* _EXERCISE PROMPT_
In the records below, begin at the line that has "v -4 -3.24 23.05" and stop after the line that has "v -8.4 12.839 -4.172"; quote those lines verbatim and nothing more.

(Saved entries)
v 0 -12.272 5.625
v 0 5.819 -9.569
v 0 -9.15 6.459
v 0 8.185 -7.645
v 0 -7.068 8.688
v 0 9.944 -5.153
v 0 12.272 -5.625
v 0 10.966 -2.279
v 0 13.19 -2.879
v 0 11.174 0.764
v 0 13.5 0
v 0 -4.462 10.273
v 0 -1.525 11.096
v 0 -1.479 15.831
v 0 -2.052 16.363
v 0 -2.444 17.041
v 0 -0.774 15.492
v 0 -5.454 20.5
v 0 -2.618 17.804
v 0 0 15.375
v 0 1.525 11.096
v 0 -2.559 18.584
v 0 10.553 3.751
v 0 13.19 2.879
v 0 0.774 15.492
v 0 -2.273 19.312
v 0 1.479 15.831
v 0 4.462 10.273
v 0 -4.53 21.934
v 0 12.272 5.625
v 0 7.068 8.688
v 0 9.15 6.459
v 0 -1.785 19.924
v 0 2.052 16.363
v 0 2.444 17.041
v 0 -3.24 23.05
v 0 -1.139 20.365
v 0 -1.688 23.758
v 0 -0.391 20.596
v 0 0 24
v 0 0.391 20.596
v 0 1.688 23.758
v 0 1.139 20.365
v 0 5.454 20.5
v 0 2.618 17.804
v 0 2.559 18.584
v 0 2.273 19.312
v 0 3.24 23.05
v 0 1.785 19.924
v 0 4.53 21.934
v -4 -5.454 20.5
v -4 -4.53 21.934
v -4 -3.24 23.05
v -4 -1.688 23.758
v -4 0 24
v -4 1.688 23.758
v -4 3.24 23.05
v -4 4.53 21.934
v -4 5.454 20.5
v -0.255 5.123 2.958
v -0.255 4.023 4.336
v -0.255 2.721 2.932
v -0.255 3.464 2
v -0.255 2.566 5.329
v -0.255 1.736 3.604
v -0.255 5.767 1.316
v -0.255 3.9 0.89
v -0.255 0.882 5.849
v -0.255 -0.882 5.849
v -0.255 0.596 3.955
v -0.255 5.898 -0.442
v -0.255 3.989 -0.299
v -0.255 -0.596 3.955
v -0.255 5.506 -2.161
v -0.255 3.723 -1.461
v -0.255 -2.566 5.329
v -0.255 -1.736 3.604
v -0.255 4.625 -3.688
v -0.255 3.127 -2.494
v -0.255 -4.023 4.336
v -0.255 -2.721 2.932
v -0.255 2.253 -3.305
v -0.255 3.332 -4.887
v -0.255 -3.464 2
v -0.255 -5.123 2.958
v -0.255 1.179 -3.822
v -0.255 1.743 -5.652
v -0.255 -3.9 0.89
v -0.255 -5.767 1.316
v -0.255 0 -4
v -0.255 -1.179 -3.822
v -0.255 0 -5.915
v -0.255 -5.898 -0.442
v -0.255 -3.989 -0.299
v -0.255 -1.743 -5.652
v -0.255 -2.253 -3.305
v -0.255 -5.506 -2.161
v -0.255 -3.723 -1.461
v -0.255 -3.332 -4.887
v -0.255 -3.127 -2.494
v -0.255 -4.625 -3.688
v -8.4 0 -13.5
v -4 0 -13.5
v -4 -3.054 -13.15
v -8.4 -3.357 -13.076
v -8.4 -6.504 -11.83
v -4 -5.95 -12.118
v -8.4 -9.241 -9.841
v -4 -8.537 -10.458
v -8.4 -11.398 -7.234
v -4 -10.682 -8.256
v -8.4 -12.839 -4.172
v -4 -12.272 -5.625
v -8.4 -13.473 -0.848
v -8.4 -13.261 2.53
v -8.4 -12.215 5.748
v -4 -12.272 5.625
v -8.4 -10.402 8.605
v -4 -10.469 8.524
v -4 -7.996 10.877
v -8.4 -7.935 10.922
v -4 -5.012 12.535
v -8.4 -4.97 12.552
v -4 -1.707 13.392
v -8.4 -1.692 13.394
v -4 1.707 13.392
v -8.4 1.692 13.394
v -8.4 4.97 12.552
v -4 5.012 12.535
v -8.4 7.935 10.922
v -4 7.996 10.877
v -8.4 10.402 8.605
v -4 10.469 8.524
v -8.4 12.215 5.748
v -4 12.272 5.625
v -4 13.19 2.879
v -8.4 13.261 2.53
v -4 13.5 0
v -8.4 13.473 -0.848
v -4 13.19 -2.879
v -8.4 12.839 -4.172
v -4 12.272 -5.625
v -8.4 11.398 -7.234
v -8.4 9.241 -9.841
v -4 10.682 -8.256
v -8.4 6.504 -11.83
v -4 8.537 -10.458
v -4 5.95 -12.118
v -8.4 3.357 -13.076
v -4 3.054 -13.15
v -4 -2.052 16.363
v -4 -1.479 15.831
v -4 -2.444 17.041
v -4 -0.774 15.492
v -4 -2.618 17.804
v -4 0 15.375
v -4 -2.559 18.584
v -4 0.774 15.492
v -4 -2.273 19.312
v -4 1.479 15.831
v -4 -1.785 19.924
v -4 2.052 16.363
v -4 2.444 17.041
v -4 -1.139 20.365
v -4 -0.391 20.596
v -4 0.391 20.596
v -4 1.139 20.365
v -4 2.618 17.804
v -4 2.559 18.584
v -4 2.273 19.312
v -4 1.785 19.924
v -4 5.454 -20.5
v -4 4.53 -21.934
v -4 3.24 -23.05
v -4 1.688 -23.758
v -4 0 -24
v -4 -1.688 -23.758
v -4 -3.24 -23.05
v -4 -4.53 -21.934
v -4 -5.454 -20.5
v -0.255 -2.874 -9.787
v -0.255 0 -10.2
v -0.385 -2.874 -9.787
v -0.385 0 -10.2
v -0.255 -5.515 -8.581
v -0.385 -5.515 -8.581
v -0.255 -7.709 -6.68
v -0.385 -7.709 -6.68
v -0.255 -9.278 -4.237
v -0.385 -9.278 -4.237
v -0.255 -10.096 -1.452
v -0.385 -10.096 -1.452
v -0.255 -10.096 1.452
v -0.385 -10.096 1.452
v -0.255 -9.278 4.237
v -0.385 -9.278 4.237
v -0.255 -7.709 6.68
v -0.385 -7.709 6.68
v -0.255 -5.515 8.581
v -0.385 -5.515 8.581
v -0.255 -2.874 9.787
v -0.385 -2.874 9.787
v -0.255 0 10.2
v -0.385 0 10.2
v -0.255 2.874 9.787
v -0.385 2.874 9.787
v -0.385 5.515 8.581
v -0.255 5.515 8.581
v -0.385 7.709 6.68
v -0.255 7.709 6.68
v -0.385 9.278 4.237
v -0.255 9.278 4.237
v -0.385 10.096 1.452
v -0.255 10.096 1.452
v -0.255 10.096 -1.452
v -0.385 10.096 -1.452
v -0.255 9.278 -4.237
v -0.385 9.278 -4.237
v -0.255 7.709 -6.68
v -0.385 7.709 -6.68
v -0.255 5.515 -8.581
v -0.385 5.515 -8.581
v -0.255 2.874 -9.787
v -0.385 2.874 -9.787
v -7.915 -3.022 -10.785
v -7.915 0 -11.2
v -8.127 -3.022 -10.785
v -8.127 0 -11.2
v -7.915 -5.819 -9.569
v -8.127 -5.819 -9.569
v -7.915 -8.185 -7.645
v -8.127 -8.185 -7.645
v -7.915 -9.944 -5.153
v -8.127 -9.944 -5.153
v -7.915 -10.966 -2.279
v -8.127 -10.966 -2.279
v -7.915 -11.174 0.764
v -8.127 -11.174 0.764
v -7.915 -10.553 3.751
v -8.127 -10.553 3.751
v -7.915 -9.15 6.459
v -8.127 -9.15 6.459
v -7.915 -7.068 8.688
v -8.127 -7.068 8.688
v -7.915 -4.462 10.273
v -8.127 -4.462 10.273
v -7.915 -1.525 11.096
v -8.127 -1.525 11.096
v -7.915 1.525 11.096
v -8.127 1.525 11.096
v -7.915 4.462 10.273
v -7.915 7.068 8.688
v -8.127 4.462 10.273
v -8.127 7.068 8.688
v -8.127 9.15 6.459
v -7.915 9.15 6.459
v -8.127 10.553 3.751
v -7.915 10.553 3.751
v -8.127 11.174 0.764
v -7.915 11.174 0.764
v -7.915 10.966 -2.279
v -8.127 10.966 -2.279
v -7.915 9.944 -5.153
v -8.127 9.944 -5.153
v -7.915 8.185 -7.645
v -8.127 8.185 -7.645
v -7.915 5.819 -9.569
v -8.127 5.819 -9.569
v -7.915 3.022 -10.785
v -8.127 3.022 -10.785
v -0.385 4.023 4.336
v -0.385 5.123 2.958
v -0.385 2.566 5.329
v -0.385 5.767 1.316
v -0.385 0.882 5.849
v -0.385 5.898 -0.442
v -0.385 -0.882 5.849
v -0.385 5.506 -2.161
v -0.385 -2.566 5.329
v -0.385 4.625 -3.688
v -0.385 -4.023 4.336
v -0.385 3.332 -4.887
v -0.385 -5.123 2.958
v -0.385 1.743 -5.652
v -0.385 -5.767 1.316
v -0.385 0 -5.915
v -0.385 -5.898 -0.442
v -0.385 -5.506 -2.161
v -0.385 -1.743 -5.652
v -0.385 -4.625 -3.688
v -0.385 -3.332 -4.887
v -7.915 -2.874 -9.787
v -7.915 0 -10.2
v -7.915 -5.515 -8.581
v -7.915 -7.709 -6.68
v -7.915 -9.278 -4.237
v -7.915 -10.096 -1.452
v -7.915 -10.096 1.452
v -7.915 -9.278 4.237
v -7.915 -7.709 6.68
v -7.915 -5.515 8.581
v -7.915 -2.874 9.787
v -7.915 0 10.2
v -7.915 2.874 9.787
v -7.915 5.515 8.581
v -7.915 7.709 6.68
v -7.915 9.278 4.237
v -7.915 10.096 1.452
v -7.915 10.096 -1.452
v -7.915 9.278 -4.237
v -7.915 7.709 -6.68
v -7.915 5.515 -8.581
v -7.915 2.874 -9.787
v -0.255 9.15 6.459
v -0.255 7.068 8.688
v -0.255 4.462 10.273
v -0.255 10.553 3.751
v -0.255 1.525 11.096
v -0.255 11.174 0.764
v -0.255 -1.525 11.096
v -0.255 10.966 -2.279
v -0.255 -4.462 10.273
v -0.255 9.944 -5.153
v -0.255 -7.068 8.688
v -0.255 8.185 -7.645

* _RESPONSE BOX_
v -4 -3.24 23.05
v -4 -1.688 23.758
v -4 0 24
v -4 1.688 23.758
v -4 3.24 23.05
v -4 4.53 21.934
v -4 5.454 20.5
v -0.255 5.123 2.958
v -0.255 4.023 4.336
v -0.255 2.721 2.932
v -0.255 3.464 2
v -0.255 2.566 5.329
v -0.255 1.736 3.604
v -0.255 5.767 1.316
v -0.255 3.9 0.89
v -0.255 0.882 5.849
v -0.255 -0.882 5.849
v -0.255 0.596 3.955
v -0.255 5.898 -0.442
v -0.255 3.989 -0.299
v -0.255 -0.596 3.955
v -0.255 5.506 -2.161
v -0.255 3.723 -1.461
v -0.255 -2.566 5.329
v -0.255 -1.736 3.604
v -0.255 4.625 -3.688
v -0.255 3.127 -2.494
v -0.255 -4.023 4.336
v -0.255 -2.721 2.932
v -0.255 2.253 -3.305
v -0.255 3.332 -4.887
v -0.255 -3.464 2
v -0.255 -5.123 2.958
v -0.255 1.179 -3.822
v -0.255 1.743 -5.652
v -0.255 -3.9 0.89
v -0.255 -5.767 1.316
v -0.255 0 -4
v -0.255 -1.179 -3.822
v -0.255 0 -5.915
v -0.255 -5.898 -0.442
v -0.255 -3.989 -0.299
v -0.255 -1.743 -5.652
v -0.255 -2.253 -3.305
v -0.255 -5.506 -2.161
v -0.255 -3.723 -1.461
v -0.255 -3.332 -4.887
v -0.255 -3.127 -2.494
v -0.255 -4.625 -3.688
v -8.4 0 -13.5
v -4 0 -13.5
v -4 -3.054 -13.15
v -8.4 -3.357 -13.076
v -8.4 -6.504 -11.83
v -4 -5.95 -12.118
v -8.4 -9.241 -9.841
v -4 -8.537 -10.458
v -8.4 -11.398 -7.234
v -4 -10.682 -8.256
v -8.4 -12.839 -4.172
v -4 -12.272 -5.625
v -8.4 -13.473 -0.848
v -8.4 -13.261 2.53
v -8.4 -12.215 5.748
v -4 -12.272 5.625
v -8.4 -10.402 8.605
v -4 -10.469 8.524
v -4 -7.996 10.877
v -8.4 -7.935 10.922
v -4 -5.012 12.535
v -8.4 -4.97 12.552
v -4 -1.707 13.392
v -8.4 -1.692 13.394
v -4 1.707 13.392
v -8.4 1.692 13.394
v -8.4 4.97 12.552
v -4 5.012 12.535
v -8.4 7.935 10.922
v -4 7.996 10.877
v -8.4 10.402 8.605
v -4 10.469 8.524
v -8.4 12.215 5.748
v -4 12.272 5.625
v -4 13.19 2.879
v -8.4 13.261 2.53
v -4 13.5 0
v -8.4 13.473 -0.848
v -4 13.19 -2.879
v -8.4 12.839 -4.172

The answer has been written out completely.